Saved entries
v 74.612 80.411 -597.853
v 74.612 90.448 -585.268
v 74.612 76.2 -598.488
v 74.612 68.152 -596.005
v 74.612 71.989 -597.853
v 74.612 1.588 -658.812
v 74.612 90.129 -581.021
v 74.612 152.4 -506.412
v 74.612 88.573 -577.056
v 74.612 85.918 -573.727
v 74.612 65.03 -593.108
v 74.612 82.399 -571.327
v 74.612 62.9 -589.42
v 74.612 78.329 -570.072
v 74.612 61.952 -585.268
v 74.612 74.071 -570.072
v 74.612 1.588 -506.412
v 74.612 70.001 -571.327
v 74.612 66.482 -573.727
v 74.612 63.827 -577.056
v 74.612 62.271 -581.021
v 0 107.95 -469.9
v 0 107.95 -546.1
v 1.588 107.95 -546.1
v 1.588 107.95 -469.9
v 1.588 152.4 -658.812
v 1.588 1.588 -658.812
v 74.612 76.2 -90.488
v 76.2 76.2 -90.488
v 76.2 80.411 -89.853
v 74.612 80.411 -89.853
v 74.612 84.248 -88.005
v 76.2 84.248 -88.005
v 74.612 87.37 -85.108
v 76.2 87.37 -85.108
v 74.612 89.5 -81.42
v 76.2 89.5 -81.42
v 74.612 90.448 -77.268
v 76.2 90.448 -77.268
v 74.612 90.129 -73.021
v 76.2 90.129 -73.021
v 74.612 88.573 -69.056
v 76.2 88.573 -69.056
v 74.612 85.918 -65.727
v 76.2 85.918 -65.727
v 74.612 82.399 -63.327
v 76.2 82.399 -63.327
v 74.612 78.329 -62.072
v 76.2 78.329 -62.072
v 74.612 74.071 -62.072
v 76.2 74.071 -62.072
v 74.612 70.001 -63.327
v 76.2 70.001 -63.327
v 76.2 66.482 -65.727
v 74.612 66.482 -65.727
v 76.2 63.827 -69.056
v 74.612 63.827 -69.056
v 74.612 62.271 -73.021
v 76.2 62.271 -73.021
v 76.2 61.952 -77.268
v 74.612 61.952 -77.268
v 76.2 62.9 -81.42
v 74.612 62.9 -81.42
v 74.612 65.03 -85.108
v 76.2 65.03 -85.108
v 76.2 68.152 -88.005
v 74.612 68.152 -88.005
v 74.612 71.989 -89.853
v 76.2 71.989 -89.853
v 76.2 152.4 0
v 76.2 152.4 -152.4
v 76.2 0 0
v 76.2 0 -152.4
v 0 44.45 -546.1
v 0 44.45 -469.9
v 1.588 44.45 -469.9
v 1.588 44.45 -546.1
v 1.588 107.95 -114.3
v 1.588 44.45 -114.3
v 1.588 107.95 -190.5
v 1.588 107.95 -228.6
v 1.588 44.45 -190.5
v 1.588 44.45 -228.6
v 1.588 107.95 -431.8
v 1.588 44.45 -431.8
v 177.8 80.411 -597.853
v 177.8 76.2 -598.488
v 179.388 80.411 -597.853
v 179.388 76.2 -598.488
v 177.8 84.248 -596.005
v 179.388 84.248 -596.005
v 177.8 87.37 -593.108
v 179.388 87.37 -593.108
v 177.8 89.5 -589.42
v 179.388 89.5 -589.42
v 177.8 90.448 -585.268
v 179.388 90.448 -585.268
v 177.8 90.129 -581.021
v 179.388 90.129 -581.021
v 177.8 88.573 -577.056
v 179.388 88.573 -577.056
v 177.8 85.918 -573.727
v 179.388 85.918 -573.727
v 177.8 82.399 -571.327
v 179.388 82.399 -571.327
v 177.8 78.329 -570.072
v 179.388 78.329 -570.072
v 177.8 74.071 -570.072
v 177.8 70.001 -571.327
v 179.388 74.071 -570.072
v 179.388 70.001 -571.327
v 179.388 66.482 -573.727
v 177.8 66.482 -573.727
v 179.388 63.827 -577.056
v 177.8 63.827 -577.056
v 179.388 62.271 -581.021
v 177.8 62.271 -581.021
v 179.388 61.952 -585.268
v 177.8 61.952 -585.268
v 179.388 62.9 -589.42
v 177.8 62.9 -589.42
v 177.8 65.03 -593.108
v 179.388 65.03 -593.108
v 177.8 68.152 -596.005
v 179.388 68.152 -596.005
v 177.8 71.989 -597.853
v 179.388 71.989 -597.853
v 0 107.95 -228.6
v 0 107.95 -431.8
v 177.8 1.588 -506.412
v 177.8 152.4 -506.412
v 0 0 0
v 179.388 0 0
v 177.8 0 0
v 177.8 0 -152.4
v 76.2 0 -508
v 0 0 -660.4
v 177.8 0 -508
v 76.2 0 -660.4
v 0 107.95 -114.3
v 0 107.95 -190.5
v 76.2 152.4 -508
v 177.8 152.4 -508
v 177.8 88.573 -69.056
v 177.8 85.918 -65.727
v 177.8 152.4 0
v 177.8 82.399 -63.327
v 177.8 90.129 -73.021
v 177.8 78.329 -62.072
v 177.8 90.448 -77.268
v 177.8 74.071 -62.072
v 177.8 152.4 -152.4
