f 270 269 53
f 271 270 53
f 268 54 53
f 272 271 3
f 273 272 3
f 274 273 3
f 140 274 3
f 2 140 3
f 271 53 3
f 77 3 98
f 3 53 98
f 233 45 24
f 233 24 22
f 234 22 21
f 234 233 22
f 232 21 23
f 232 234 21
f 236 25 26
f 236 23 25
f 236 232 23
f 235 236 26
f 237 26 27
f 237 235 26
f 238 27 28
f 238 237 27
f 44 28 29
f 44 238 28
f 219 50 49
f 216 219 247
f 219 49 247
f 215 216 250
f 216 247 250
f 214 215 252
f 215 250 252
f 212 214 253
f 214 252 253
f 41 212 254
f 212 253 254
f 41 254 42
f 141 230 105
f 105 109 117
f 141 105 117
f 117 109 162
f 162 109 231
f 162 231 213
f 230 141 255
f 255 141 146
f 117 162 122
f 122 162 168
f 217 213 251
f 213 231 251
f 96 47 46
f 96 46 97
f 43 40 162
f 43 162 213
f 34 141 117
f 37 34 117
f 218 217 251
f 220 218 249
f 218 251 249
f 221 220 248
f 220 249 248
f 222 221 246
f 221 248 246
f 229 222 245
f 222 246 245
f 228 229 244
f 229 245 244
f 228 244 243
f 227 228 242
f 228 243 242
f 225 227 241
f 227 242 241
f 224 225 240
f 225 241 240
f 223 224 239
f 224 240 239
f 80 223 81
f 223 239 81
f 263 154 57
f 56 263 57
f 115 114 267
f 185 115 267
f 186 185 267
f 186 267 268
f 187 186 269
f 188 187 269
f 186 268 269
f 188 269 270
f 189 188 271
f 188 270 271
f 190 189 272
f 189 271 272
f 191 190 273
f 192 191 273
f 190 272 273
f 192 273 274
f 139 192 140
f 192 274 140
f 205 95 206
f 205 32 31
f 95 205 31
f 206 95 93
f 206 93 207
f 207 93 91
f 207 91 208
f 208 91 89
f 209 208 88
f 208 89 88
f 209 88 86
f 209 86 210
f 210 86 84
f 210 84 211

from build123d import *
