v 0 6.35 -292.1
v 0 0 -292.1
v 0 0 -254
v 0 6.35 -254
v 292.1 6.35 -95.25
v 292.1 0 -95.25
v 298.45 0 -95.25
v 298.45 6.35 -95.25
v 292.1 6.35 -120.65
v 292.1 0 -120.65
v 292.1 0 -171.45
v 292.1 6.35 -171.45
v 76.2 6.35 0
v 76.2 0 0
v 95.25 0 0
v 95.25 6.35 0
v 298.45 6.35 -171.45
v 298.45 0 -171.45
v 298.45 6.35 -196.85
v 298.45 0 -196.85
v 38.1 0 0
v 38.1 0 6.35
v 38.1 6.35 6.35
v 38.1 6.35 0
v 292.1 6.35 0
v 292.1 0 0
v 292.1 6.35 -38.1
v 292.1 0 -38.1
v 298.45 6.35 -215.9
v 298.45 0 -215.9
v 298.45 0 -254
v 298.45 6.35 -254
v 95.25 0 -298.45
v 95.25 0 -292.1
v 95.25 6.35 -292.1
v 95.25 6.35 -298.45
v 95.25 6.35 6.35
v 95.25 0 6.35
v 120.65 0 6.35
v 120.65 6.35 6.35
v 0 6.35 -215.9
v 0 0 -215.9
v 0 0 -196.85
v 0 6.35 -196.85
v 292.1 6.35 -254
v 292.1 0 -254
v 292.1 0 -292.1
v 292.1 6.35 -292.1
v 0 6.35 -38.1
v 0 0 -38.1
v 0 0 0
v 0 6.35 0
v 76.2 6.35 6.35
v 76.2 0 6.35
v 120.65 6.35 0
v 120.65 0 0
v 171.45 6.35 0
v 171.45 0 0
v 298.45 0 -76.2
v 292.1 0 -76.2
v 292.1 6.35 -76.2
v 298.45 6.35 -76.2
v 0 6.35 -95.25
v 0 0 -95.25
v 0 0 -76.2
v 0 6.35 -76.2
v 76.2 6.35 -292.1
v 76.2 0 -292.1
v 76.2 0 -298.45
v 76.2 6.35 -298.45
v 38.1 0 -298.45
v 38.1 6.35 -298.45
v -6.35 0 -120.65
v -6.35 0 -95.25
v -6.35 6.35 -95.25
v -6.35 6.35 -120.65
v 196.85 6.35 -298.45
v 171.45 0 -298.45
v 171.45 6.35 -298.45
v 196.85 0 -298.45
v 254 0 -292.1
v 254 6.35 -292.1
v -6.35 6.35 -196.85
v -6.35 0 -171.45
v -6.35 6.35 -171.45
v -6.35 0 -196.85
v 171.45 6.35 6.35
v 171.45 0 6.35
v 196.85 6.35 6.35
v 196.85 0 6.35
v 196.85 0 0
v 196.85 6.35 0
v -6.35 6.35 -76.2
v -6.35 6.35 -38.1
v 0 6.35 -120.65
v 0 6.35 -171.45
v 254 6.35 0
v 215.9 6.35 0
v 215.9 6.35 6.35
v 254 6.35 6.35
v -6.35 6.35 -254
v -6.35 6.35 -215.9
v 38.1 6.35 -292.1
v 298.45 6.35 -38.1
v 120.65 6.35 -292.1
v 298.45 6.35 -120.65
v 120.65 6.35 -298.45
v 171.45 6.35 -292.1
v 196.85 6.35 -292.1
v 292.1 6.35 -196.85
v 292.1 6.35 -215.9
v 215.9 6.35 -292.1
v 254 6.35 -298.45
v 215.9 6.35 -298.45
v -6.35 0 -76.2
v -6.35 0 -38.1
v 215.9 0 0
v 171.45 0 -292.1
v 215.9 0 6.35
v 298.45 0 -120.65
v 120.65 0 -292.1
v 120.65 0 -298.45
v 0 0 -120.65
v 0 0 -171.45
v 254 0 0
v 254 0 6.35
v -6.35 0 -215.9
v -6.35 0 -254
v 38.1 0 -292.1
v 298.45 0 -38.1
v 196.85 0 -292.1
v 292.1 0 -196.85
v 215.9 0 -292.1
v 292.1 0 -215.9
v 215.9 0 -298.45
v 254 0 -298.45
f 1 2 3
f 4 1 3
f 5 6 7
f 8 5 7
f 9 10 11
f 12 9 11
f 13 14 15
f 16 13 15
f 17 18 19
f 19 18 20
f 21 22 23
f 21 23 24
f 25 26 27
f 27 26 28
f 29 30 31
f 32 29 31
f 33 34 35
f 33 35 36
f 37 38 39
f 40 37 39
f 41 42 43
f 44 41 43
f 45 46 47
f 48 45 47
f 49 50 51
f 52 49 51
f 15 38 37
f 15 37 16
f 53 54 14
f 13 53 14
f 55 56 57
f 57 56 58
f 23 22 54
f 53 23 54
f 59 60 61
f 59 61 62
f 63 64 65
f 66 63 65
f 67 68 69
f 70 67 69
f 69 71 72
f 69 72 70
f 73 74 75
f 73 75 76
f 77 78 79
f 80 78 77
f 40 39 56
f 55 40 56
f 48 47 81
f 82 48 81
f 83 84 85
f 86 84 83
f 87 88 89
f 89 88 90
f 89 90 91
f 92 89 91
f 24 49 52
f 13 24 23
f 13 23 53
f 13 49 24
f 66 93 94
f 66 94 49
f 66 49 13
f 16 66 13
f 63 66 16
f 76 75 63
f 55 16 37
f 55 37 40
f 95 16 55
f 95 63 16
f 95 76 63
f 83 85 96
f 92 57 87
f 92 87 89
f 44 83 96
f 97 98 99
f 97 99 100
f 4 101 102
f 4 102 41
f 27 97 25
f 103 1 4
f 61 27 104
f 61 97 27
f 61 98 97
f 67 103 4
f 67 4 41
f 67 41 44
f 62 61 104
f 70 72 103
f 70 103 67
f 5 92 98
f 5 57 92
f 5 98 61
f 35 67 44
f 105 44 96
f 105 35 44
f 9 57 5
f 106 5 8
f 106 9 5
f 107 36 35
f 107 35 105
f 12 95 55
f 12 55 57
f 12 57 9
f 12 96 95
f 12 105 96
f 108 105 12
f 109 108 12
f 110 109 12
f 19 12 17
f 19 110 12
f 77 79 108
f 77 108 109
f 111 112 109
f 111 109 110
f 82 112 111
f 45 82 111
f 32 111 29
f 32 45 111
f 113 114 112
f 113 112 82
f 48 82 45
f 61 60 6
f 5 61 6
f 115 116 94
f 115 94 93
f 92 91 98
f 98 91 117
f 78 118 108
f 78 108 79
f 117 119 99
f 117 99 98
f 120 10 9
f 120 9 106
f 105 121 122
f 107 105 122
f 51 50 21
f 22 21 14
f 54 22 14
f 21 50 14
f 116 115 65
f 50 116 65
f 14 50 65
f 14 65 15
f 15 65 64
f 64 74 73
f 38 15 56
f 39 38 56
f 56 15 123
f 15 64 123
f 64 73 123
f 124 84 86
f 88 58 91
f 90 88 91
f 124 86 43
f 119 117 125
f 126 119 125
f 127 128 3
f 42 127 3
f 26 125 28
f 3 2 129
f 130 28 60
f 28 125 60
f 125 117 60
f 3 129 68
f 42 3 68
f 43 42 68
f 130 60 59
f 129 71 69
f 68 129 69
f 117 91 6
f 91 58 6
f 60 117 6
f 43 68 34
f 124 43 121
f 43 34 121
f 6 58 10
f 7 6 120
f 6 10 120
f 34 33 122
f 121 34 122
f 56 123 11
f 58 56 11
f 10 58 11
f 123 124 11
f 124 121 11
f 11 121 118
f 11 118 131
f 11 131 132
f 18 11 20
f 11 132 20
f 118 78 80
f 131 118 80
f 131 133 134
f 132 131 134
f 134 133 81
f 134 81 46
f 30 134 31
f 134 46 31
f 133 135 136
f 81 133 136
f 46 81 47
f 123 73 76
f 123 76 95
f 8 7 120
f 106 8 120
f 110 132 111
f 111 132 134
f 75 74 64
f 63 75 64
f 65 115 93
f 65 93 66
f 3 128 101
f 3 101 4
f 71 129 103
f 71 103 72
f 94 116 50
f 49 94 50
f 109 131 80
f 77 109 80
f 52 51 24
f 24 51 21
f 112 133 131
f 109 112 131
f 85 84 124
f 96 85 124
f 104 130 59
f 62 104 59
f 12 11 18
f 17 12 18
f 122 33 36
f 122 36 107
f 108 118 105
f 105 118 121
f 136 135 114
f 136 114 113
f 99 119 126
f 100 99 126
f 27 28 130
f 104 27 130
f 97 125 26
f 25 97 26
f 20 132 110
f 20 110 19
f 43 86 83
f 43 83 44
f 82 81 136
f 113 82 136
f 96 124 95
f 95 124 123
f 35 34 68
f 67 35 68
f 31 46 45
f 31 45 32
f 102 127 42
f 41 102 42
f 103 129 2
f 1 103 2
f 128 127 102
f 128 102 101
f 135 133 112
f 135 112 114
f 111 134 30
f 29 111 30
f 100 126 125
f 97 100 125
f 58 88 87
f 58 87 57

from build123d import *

# Parameters (mm, degrees)
SKETCH2_W           = 38.1
SKETCH2_H           = 6.35
SKETCH2_W_2         = 25.4
SKETCH2_W_3         = 6.35
SKETCH2_H_2         = 38.1
SKETCH2_H_3         = 25.4
BOSS_EXTRUDE1_DEPTH = 6.35


with BuildPart() as part:
    # Sketch2 → Boss-Extrude1 (new body)
    with BuildSketch(Plane(origin=(0, 0, 0), x_dir=(1, 0, 0), z_dir=(0, 1, 0))):
        with Locations((57.15, -3.175)):
            Rectangle(SKETCH2_W, SKETCH2_H)
        with Locations((107.95, -3.175)):
            Rectangle(SKETCH2_W_2, SKETCH2_H)
        with Locations((184.15, -3.175)):
            Rectangle(SKETCH2_W_2, SKETCH2_H)
        with Locations((234.95, -3.175)):
            Rectangle(SKETCH2_W, SKETCH2_H)
        with Locations((295.275, 57.15)):
            Rectangle(SKETCH2_W_3, SKETCH2_H_2)
        with Locations((295.275, 107.95)):
            Rectangle(SKETCH2_W_3, SKETCH2_H_3)
        with Locations((295.275, 184.15)):
            Rectangle(SKETCH2_W_3, SKETCH2_H_3)
        with Locations((295.275, 234.95)):
            Rectangle(SKETCH2_W_3, SKETCH2_H_2)
        with Locations((234.95, 295.275)):
            Rectangle(SKETCH2_W, SKETCH2_H)
        with Locations((184.15, 295.275)):
            Rectangle(SKETCH2_W_2, SKETCH2_H)
        with Locations((107.95, 295.275)):
            Rectangle(SKETCH2_W_2, SKETCH2_H)
        with Locations((57.15, 295.275)):
            Rectangle(SKETCH2_W, SKETCH2_H)
        with Locations((-3.175, 234.95)):
            Rectangle(SKETCH2_W_3, SKETCH2_H_2)
        with Locations((-3.175, 184.15)):
            Rectangle(SKETCH2_W_3, SKETCH2_H_3)
        with Locations((-3.175, 107.95)):
            Rectangle(SKETCH2_W_3, SKETCH2_H_3)
        with Locations((-3.175, 57.15)):
            Rectangle(SKETCH2_W_3, SKETCH2_H_2)
        Polygon((0, 0), (146.05, 146.05), (0, 146.05), (0, 120.65), (0, 95.25), (0, 76.2), (0, 38.1), align=None)
        Polygon((120.65, 0), (146.05, 0), (146.05, 146.05), (0, 0), (38.1, 0), (76.2, 0), (95.25, 0), align=None)
        Polygon((146.05, 146.05), (146.05, 0), (171.45, 0), (196.85, 0), (215.9, 0), (254, 0), (292.1, 0), (292.1, 38.1), (292.1, 76.2), (292.1, 95.25), (292.1, 120.65), (292.1, 146.05), align=None)
        Polygon((292.1, 292.1), (146.05, 146.05), (292.1, 146.05), (292.1, 171.45), (292.1, 196.85), (292.1, 215.9), (292.1, 254), align=None)
        Polygon((146.05, 292.1), (146.05, 146.05), (292.1, 292.1), (254, 292.1), (215.9, 292.1), (196.85, 292.1), (171.45, 292.1), align=None)
        Polygon((0, 146.05), (146.05, 146.05), (146.05, 292.1), (120.65, 292.1), (95.25, 292.1), (76.2, 292.1), (38.1, 292.1), (0, 292.1), (0, 254), (0, 215.9), (0, 196.85), (0, 171.45), align=None)
    extrude(amount=BOSS_EXTRUDE1_DEPTH)


solid = part.part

• Exercise instructions:
The first line of the records begins the span, and the line containing "v 74.612 62.9 -589.42" ends it. Reproduce that span exactly, both ends included.

• Answer space:
v 74.612 80.411 -597.853
v 74.612 90.448 -585.268
v 74.612 76.2 -598.488
v 74.612 68.152 -596.005
v 74.612 71.989 -597.853
v 74.612 1.588 -658.812
v 74.612 90.129 -581.021
v 74.612 152.4 -506.412
v 74.612 88.573 -577.056
v 74.612 85.918 -573.727
v 74.612 65.03 -593.108
v 74.612 82.399 -571.327
v 74.612 62.9 -589.42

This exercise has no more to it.